> Extracted records
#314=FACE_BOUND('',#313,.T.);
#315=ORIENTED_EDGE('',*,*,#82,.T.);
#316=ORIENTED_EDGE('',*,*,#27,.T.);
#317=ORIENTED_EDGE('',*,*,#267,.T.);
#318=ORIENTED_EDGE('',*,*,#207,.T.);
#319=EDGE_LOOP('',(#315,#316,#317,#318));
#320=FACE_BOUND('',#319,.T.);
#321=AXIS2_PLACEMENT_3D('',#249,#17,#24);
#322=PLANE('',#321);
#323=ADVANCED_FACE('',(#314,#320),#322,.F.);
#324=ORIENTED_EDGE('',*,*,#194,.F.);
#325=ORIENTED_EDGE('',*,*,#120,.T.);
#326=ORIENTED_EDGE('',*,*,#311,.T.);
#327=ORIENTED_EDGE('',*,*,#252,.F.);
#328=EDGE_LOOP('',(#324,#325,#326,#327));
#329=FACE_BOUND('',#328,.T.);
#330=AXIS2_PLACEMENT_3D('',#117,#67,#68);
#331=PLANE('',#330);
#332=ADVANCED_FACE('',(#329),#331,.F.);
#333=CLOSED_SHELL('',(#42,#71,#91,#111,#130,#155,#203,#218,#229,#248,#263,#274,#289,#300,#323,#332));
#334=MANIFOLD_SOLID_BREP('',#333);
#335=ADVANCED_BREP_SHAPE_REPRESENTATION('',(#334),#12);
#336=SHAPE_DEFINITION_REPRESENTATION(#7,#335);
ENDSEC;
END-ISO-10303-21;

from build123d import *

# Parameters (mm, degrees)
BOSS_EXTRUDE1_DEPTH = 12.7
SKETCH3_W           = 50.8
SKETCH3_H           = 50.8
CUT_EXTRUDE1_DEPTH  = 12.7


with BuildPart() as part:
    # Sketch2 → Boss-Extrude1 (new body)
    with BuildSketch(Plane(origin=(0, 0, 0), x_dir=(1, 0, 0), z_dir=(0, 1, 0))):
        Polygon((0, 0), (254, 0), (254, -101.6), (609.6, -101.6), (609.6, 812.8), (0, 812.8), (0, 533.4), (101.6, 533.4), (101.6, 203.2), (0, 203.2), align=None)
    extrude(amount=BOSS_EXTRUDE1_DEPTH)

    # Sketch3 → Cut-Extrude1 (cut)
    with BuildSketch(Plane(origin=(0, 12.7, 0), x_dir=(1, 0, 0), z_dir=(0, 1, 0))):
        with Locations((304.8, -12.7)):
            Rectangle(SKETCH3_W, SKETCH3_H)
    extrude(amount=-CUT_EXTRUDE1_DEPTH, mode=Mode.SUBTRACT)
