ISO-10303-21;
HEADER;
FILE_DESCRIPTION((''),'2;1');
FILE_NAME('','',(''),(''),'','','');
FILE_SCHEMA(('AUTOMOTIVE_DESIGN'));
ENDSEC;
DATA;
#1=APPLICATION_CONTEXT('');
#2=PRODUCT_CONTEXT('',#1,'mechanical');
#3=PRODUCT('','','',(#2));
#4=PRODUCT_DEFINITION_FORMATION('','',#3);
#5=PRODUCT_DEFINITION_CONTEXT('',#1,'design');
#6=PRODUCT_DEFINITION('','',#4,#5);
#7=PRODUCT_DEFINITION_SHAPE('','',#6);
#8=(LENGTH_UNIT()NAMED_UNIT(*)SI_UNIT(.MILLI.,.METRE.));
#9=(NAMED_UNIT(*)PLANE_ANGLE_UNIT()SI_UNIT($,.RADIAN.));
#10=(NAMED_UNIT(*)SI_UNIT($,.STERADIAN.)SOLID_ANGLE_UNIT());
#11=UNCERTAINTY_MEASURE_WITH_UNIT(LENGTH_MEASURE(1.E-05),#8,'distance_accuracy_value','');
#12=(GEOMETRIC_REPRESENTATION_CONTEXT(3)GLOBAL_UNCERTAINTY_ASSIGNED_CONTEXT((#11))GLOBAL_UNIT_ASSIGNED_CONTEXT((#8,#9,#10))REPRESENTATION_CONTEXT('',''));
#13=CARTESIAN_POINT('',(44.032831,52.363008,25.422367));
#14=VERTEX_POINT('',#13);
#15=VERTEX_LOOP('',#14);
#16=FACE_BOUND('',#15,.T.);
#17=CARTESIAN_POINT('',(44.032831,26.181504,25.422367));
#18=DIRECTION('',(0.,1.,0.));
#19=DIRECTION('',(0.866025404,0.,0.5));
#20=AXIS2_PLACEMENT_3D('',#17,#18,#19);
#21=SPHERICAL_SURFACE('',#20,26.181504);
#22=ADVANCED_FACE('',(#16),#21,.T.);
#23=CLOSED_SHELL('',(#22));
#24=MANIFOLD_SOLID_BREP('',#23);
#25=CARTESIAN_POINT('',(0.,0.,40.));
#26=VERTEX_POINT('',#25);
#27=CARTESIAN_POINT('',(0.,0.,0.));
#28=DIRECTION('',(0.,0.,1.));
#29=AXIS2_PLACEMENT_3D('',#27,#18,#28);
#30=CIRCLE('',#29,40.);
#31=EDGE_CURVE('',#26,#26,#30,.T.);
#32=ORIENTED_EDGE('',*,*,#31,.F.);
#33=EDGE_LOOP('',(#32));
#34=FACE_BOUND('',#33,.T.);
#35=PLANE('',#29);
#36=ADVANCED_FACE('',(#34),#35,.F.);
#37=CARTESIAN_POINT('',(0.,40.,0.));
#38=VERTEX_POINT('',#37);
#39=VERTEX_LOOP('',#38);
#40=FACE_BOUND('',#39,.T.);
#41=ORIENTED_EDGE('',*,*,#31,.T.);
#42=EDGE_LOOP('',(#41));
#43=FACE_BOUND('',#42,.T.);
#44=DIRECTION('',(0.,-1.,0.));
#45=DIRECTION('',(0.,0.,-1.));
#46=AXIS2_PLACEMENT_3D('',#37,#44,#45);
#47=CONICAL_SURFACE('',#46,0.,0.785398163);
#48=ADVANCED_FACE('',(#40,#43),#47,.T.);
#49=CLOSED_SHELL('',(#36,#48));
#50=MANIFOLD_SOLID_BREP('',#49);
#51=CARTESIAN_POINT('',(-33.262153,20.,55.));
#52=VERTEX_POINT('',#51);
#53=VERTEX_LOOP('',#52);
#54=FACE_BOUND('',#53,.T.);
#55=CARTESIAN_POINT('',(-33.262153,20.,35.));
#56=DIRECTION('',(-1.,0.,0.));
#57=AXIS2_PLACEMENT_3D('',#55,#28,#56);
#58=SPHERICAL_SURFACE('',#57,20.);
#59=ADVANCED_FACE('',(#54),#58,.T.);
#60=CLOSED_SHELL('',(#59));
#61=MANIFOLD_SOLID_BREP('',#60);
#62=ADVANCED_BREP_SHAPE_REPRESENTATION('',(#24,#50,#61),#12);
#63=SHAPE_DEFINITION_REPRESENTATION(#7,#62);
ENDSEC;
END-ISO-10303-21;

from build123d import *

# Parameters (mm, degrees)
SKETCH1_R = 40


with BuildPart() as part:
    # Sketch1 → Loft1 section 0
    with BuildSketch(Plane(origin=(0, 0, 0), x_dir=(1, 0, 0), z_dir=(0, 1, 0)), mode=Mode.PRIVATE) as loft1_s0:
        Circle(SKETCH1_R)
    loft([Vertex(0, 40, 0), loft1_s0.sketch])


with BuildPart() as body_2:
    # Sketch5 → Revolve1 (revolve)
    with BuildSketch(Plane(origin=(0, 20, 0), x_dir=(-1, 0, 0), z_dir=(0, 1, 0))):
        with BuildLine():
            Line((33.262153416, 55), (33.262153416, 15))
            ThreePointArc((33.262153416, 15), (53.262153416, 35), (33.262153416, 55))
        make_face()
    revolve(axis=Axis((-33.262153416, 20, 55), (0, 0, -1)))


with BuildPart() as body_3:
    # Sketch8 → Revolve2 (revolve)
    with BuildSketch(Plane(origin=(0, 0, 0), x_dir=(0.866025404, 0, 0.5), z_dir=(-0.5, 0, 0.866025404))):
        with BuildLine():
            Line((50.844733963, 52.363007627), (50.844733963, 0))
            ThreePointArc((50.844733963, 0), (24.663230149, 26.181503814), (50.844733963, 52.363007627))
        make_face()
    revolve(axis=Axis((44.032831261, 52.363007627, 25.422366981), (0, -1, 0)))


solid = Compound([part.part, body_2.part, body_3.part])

> Aim of the task
Retype exactly, and only, the lines above from the one where "#327=ORIENTED_EDGE('',*,*,#252,.F.);" occurs up to and including the one where "#334=MANIFOLD_SOLID_BREP('',#333);" occurs.

> Exercise result
#327=ORIENTED_EDGE('',*,*,#252,.F.);
#328=EDGE_LOOP('',(#324,#325,#326,#327));
#329=FACE_BOUND('',#328,.T.);
#330=AXIS2_PLACEMENT_3D('',#117,#67,#68);
#331=PLANE('',#330);
#332=ADVANCED_FACE('',(#329),#331,.F.);
#333=CLOSED_SHELL('',(#42,#71,#91,#111,#130,#155,#203,#218,#229,#248,#263,#274,#289,#300,#323,#332));
#334=MANIFOLD_SOLID_BREP('',#333);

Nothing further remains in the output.